# Please read



## HAX (Jun 24, 2011)

This is my nephew: http://i.imgur.com/01aY7.png . He has lived with me & my parents (his grandparents) for most of his 2 year old life. For a time he lived with his step-father and mother. My parents got custody of him because he was badly abused by them. His step-father would lock him in rooms for 12 hours at a time (when he was less than 1 year old), he would scream loudly and curse at him, he wouldn't let his mother hold or feed him. His mother would smoke around him (marijuana and cigarettes), take him to random men's houses and leave him unattended. She would also drink around him, and drive with him while she was drunk. She would never watch or play with him; he accidentally injured himself badly several times because of this neglect. She also tested positive for methamphetamines, amphetamines, adderall, vyvanse, and several other drugs I can't remember.

Myself & my parents have been fighting with them in court for almost two years. They (my parents) have had temporary custody up until now. Tomorrow morning is our final court date which will decide on who gets custody. Please pray for my parents, his grandparents, to get permanent custody of him. If you don't pray, please wish us luck & keep him in your thoughts.

Thank you.


----------



## jellybellys (Apr 3, 2012)

He will be in my prayers and all the best to you. I wish you good luck in getting him in the right hands.


----------



## Mustang302LX (Jun 28, 2011)

Wow man I hope the child is placed with your parents. Children don't deserve treatment like that and I can't see a court messing this seemingly obvious case up. Good luck though!


----------



## yarly (Jun 22, 2011)

Can't stand kids having to deal with BS like that when they have no ability to do anything about it themselves. Hopefully the state sees it the same way and does what's right. Best of luck to you.


----------



## Hellboy (May 8, 2012)

Mustang302LX said:


> Wow man I hope the child is placed with your parents. Children don't deserve treatment like that and I can't see a court messing this seemingly obvious case up. Good luck though!

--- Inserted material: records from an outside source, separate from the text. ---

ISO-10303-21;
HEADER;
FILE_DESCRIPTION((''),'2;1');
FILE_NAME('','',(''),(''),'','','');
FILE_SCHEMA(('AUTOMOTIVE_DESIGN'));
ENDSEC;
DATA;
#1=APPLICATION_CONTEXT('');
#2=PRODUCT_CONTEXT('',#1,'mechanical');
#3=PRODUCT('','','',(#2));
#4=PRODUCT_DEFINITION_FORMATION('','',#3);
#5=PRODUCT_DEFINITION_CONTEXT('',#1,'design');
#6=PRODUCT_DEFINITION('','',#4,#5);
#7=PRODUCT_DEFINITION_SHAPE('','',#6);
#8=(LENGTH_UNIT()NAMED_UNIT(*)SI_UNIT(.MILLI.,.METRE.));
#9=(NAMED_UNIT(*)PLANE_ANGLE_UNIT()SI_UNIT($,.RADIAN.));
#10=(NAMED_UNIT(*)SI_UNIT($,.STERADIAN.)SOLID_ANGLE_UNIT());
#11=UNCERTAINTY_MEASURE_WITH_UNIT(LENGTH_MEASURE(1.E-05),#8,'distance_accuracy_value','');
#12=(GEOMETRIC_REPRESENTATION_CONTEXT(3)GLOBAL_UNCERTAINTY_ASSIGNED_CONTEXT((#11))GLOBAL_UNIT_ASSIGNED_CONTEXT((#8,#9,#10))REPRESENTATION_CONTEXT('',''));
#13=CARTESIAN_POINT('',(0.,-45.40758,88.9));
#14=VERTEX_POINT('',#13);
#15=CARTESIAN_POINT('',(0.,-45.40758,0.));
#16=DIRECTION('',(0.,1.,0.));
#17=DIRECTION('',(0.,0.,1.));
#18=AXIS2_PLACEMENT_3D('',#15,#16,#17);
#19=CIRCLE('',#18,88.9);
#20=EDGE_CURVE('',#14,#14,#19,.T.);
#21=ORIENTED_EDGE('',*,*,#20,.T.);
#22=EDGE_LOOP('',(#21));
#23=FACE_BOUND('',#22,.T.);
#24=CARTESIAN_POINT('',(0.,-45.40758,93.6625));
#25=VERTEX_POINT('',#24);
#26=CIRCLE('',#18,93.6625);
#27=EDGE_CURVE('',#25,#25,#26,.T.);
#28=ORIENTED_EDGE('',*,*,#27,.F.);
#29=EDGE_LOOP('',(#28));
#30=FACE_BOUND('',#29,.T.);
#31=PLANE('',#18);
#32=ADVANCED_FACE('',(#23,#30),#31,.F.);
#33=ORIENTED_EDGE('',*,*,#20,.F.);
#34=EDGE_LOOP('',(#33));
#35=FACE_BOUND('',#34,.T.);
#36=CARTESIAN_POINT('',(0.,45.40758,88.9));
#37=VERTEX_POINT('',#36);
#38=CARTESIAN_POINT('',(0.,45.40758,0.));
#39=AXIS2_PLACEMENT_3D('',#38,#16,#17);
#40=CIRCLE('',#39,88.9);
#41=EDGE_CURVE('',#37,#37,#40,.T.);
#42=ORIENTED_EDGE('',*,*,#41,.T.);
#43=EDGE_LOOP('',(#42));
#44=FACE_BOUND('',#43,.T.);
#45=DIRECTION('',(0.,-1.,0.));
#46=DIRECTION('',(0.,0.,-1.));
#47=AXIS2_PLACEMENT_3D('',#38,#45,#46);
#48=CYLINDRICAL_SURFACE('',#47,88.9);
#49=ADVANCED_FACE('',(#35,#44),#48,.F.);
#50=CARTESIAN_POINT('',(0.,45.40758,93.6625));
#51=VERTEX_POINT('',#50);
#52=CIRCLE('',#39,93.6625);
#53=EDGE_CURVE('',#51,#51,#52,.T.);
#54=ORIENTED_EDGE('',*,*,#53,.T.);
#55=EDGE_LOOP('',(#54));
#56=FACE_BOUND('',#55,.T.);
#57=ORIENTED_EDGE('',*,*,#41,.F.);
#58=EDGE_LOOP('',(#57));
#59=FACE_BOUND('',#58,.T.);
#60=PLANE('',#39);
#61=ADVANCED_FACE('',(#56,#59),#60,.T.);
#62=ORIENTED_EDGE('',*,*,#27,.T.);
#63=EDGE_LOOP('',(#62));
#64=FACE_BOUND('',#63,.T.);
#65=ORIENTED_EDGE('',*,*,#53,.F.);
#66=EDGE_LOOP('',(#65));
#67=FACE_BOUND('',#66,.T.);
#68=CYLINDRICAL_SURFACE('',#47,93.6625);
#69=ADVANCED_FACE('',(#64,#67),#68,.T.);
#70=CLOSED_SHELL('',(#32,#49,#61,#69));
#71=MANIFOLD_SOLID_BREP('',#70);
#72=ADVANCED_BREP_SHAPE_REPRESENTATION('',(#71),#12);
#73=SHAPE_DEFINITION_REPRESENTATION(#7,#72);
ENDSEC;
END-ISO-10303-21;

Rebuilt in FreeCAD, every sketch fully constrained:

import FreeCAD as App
import Part
import Sketcher
Q = App.Units.Quantity

doc = App.newDocument("Part")
body = doc.addObject("PartDesign::Body", "Body")

# Sketch on XZ plane
sketch1 = doc.addObject("Sketcher::SketchObject", "Sketch")
body.addObject(sketch1)
sketch1.AttachmentSupport = (doc.XZ_Plane, [""])
sketch1.MapMode = "FlatFace"
sketch1.addGeometry(Part.Circle(App.Vector(0, 0, 0), App.Vector(0, 0, 1), 93.6625), False)
sketch1.addGeometry(Part.Circle(App.Vector(0, 0, 0), App.Vector(0, 0, 1), 88.9), False)
sketch1.addConstraint(Sketcher.Constraint("Coincident", 0, 3, -1, 1))
sketch1.addConstraint(Sketcher.Constraint("Coincident", 1, 3, -1, 1))
sketch1.addConstraint(Sketcher.Constraint("Diameter", 1, Q("7 in")))
sketch1.addConstraint(Sketcher.Constraint("Diameter", 0, Q("7.375 in")))
pad1 = doc.addObject("PartDesign::Pad", "Pad")
body.addObject(pad1)
pad1.Profile = sketch1
pad1.Length = Q("3.5754 in")
pad1.Midplane = True

doc.recompute()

You be shocked on how the courts screws up. My cousin last year had his ex girl friend accuse him of molesting both of their daughters. Even though 6 different doctors and shrinks said there was no evidence that they was ever touched. It took him over 6 months to get his girls back. Now with her she's been arrested for grand theft auto. Heavy drug user and she was busted for locking the kids in their rooms from the time they got home from school till it was time to go back to school. The kids was taken from her by cps. Still they gave her the kids.

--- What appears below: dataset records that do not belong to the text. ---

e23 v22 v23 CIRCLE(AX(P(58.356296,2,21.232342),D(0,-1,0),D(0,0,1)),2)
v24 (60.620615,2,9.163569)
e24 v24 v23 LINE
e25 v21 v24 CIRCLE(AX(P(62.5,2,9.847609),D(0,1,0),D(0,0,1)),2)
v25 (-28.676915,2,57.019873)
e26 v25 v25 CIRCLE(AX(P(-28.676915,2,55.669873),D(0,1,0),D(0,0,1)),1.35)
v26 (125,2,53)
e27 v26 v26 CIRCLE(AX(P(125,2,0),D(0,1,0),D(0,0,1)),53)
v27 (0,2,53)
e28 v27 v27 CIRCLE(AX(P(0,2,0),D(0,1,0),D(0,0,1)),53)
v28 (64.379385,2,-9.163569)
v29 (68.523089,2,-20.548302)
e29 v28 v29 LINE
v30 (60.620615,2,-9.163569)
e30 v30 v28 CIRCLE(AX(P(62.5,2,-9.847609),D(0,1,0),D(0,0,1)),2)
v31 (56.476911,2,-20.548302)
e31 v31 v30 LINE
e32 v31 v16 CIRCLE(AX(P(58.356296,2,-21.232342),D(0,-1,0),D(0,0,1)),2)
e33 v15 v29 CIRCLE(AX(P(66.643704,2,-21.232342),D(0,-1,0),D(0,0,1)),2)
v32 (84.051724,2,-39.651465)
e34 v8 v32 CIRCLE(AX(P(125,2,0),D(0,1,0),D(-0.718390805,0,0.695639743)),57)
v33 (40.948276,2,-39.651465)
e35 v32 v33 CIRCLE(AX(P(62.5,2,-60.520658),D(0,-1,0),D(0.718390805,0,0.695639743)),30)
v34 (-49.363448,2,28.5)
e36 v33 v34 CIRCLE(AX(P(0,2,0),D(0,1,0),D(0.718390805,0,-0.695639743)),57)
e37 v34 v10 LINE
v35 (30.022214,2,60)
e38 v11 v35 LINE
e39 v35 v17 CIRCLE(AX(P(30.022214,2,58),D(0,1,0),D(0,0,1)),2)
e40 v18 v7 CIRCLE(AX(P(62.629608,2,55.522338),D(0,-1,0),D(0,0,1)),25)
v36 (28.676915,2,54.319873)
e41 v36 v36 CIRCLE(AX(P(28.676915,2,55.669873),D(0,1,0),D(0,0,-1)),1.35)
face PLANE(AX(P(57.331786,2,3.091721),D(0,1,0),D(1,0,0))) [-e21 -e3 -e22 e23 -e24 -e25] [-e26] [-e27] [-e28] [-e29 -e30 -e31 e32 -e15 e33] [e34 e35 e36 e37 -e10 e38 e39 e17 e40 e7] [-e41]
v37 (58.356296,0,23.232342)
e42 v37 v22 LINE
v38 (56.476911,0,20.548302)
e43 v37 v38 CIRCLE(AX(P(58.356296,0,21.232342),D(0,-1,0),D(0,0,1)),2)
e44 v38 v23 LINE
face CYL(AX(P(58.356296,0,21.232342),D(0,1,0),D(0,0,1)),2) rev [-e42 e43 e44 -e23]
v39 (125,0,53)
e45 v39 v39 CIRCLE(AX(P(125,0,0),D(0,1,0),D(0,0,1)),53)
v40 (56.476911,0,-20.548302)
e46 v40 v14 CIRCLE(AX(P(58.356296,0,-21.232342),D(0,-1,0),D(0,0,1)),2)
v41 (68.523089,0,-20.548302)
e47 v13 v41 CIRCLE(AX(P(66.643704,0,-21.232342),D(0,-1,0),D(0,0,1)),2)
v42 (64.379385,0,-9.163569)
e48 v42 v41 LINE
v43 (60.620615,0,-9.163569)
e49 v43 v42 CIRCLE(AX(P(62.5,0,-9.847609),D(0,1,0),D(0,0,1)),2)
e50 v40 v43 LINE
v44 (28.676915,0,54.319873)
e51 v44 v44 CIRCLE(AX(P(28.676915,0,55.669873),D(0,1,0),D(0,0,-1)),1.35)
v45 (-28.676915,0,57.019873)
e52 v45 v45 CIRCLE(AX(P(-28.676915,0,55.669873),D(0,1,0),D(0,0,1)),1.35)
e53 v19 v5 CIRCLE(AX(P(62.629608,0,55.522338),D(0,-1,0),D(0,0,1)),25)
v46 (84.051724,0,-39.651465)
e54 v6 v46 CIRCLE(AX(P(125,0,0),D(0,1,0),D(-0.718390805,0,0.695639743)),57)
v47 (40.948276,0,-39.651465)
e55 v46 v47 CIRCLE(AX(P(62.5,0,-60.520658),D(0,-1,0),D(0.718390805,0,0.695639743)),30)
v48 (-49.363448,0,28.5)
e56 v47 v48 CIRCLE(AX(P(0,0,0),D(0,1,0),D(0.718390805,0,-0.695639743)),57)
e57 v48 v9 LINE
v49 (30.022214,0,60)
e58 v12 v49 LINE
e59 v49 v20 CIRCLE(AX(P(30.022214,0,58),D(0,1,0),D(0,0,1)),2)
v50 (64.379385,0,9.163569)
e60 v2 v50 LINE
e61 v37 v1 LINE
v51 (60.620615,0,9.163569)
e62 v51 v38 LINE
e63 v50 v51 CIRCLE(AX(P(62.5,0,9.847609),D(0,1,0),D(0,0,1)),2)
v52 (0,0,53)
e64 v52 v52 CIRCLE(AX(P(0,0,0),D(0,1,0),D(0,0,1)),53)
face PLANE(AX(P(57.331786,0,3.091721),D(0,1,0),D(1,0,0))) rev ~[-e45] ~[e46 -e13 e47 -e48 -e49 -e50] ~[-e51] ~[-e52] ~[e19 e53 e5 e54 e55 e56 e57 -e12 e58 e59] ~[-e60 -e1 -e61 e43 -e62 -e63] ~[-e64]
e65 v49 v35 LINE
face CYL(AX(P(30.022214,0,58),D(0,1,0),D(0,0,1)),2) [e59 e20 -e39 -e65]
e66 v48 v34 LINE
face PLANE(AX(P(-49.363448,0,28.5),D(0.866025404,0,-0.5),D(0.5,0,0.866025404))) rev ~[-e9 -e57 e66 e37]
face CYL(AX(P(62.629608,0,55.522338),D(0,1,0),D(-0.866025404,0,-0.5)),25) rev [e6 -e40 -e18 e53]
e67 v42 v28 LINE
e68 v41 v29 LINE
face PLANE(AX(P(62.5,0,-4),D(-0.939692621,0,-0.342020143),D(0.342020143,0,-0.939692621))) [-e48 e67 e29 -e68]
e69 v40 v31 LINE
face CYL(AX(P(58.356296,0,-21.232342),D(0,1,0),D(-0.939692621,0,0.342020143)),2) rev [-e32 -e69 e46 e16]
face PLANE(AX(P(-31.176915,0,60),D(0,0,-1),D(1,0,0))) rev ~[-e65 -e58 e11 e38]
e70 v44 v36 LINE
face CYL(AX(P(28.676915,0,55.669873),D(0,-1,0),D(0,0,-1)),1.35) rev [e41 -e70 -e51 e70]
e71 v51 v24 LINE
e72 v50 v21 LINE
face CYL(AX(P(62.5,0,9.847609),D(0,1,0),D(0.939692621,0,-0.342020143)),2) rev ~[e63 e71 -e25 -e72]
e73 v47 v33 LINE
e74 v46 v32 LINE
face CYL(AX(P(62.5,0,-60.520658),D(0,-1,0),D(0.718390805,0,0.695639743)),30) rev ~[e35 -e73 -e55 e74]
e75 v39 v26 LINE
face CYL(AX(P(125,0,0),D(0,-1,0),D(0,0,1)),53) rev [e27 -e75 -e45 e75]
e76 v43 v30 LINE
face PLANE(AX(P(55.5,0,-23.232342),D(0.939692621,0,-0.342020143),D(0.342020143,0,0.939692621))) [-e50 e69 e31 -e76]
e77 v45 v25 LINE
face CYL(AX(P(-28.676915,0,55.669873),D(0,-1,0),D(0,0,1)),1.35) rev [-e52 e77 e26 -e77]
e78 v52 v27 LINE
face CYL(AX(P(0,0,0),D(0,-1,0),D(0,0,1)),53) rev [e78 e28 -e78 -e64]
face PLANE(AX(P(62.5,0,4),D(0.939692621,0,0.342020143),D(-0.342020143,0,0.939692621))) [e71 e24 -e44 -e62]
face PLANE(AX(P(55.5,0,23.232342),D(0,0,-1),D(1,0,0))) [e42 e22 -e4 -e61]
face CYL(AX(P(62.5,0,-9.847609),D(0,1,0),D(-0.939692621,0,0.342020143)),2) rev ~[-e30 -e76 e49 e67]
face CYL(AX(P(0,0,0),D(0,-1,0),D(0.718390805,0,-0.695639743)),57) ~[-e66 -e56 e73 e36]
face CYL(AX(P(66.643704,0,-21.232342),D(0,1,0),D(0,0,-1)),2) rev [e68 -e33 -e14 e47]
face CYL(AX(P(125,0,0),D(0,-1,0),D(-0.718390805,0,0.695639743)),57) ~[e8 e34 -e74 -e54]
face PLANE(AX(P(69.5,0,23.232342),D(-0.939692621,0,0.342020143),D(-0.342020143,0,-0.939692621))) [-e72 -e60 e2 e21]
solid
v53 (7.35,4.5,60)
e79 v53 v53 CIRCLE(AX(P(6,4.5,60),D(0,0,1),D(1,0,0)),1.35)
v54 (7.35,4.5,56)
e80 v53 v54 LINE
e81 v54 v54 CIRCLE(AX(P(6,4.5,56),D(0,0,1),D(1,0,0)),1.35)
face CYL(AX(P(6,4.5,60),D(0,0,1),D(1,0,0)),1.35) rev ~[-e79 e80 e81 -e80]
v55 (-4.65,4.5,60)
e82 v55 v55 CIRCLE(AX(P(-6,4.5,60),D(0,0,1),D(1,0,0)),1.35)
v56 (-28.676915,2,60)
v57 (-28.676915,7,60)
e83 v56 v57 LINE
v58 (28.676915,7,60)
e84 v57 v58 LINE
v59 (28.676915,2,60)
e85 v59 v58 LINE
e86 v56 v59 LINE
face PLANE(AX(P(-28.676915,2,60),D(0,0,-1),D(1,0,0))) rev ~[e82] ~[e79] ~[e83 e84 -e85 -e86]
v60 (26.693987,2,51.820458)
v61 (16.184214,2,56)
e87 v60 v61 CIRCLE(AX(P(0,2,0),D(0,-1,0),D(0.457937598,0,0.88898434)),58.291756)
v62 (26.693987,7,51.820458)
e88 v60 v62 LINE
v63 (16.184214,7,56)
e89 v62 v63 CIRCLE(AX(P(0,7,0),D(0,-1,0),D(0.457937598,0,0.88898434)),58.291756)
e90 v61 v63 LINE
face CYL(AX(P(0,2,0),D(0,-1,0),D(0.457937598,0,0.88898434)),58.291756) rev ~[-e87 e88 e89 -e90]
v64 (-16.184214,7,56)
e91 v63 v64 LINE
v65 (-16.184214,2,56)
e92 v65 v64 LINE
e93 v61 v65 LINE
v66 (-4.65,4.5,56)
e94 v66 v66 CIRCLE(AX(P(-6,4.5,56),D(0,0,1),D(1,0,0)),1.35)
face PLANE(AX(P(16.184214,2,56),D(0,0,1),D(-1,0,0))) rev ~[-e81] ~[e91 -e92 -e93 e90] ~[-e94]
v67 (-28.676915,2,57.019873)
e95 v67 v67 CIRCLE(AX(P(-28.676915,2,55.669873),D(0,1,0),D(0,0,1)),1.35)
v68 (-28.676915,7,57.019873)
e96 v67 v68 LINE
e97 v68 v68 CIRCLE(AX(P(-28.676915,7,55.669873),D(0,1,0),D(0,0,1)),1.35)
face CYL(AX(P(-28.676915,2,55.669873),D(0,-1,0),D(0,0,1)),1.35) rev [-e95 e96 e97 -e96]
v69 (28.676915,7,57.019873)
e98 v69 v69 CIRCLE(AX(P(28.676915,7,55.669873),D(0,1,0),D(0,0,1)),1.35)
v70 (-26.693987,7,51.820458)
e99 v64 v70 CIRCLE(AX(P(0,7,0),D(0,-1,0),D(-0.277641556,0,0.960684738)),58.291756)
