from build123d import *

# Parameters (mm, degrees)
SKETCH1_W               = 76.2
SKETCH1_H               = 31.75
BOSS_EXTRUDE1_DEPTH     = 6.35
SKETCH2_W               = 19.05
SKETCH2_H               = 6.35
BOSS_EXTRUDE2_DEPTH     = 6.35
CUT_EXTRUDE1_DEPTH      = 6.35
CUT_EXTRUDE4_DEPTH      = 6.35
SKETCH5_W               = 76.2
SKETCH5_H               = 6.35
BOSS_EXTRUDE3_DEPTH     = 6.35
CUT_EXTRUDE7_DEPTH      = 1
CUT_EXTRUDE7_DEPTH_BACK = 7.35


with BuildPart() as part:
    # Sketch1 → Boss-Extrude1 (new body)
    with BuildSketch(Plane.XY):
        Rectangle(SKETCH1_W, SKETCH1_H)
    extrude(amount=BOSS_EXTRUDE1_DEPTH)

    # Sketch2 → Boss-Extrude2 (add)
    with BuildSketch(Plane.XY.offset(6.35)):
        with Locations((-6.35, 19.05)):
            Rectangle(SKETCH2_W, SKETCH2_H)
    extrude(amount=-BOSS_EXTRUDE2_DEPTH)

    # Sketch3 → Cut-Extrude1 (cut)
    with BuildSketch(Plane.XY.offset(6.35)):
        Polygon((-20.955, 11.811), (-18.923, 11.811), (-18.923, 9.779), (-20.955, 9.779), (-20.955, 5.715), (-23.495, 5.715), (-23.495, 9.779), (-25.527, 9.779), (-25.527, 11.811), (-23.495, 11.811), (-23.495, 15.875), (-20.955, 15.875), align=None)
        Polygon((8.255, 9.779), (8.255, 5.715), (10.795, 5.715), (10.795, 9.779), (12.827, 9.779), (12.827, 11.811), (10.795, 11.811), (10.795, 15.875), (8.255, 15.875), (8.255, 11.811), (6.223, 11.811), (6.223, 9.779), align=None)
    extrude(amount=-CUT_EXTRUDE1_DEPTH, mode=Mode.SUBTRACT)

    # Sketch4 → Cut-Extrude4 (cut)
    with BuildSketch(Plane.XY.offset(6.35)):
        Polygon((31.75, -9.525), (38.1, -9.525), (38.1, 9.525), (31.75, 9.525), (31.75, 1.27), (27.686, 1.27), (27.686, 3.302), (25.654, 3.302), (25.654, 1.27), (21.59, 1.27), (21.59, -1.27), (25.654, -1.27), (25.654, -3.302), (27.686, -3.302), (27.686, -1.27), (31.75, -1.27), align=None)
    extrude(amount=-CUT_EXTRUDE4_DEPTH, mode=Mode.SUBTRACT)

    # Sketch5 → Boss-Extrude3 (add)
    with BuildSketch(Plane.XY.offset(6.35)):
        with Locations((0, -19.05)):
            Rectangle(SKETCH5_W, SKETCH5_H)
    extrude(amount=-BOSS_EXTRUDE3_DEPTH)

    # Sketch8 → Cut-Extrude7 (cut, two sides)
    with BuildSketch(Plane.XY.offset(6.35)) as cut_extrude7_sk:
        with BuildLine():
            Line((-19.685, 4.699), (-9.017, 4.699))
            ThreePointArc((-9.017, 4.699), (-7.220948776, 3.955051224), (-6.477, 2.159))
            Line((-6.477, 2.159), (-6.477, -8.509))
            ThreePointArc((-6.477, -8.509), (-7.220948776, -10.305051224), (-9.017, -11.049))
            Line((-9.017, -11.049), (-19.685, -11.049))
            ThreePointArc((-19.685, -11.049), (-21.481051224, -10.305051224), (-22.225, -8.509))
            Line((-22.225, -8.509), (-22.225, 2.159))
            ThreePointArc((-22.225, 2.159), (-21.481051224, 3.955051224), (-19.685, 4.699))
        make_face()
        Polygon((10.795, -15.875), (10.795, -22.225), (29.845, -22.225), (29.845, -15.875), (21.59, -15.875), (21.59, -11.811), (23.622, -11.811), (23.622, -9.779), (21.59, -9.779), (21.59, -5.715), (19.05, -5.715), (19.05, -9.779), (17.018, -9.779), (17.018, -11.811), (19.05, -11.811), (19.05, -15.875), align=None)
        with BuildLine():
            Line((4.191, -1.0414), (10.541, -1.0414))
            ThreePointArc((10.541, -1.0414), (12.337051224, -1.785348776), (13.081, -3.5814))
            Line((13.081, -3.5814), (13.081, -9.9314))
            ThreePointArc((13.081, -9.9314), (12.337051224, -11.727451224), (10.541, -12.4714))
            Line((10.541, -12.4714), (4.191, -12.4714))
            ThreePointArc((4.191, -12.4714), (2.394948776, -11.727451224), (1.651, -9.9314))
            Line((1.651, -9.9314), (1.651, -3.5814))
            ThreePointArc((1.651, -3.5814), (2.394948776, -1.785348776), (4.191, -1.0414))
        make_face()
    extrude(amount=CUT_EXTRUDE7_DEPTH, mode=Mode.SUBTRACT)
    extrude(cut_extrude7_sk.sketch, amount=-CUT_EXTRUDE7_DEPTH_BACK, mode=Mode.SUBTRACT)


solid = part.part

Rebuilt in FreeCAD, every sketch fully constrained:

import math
import FreeCAD as App
import Part
import Sketcher
Q = App.Units.Quantity


def add_polygon(sketch, points):
    """Adds a closed chain of lines whose ends are joined by coincident constraints."""
    first, n = sketch.GeometryCount, len(points)
    for a, b in zip(points, points[1:] + points[:1]):
        sketch.addGeometry(Part.LineSegment(App.Vector(*a, 0), App.Vector(*b, 0)), False)
    for i in range(n):
        sketch.addConstraint(Sketcher.Constraint("Coincident", first + i, 2, first + (i + 1) % n, 1))

doc = App.newDocument("Part")
body = doc.addObject("PartDesign::Body", "Body")

# Sketch on XY plane
sketch1 = doc.addObject("Sketcher::SketchObject", "Sketch")
body.addObject(sketch1)
sketch1.AttachmentSupport = (doc.XY_Plane, [""])
sketch1.MapMode = "FlatFace"
add_polygon(sketch1, [(-38, 16), (-38, -16), (38, -16), (38, 16)])  # lines 0-3
sketch1.addConstraint([
    Sketcher.Constraint("Vertical", 0),
    Sketcher.Constraint("Horizontal", 1),
    Sketcher.Constraint("Vertical", 2),
    Sketcher.Constraint("Horizontal", 3),
    Sketcher.Constraint("Symmetric", 0, 2, 2, 2, -1, 1),
    Sketcher.Constraint("DistanceX", 1, 1, 1, 2, Q("3 in")),
    Sketcher.Constraint("DistanceY", 0, 2, 0, 1, Q("1.25 in")),
])
pad1 = doc.addObject("PartDesign::Pad", "Pad")
body.addObject(pad1)
pad1.Profile = sketch1
pad1.Length = Q("0.25 in")

# Sketch on XY plane
sketch2 = doc.addObject("Sketcher::SketchObject", "Sketch001")
body.addObject(sketch2)
sketch2.AttachmentSupport = (doc.XY_Plane, [""])
sketch2.MapMode = "FlatFace"
sketch2.AttachmentOffset = App.Placement(App.Vector(0, 0, 0.25 * 25.4), App.Rotation())
add_polygon(sketch2, [(-16, 22), (-16, 16), (3, 16), (3, 22)])  # lines 0-3
sketch2.addConstraint([
    Sketcher.Constraint("Vertical", 0),
    Sketcher.Constraint("Horizontal", 1),
    Sketcher.Constraint("Vertical", 2),
    Sketcher.Constraint("Horizontal", 3),
    Sketcher.Constraint("DistanceX", 1, 1, 1, 2, Q("0.75 in")),
    Sketcher.Constraint("DistanceY", 0, 2, 0, 1, Q("0.25 in")),
    Sketcher.Constraint("DistanceX", 0, 2, -1, 1, Q("0.625 in")),
    Sketcher.Constraint("DistanceY", -1, 1, 0, 2, Q("0.625 in")),
])
pad2 = doc.addObject("PartDesign::Pad", "Pad001")
body.addObject(pad2)
pad2.Profile = sketch2
pad2.Length = Q("0.25 in")
pad2.Reversed = True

Not trying to make the op worry more but wanted to show you that the courts are far from perfect. After all they are part of the government.

To the op I hope the courts rule in your favor. Don't stop fighting for the food of the kid.

Sent from my ADR6400L using Tapatalk 2


----------



## MattIrsay (Feb 11, 2012)

People that treat kids like that should be shot. Best of luck to you and your parents.

Sent from my PC36100 using Tapatalk 2


----------



## nocoast (Oct 17, 2011)

MattIrsay said:


> People that treat kids like that should be shot. Best of luck to you and your parents.
> 
> Sent from my PC36100 using Tapatalk 2


I hate to be the hippie but that ain't right either. This eye for an eye stuff hurts society in a different way. Best of luck to you and your fam! I hope this kid finds a safe place!


----------



## Hellboy (May 8, 2012)

nocoast said:


> I hate to be the hippie but that ain't right either. This eye for an eye stuff hurts society in a different way. Best of luck to you and your fam! I hope this kid finds a safe place!


And if you turn the other cheek. You just get hit again. Someone who treats kids like that has no use in society. A child is dependent in ones parents to provide, and to protect them. To make the right choices for them as they don't have the facilities to do it on their own.

So please tell how shooting them harms society in a different way? Shoot a child molester. That person won't harm another child ever again. Shoot a mother or father that makes that child live in the hell like the op posted. Don't have to worry about her ever getting that child back to just do it again. To me that benefits society.

Hippies should just stick to smoking pot lol
Sent from my ADR6400L using Tapatalk 2


----------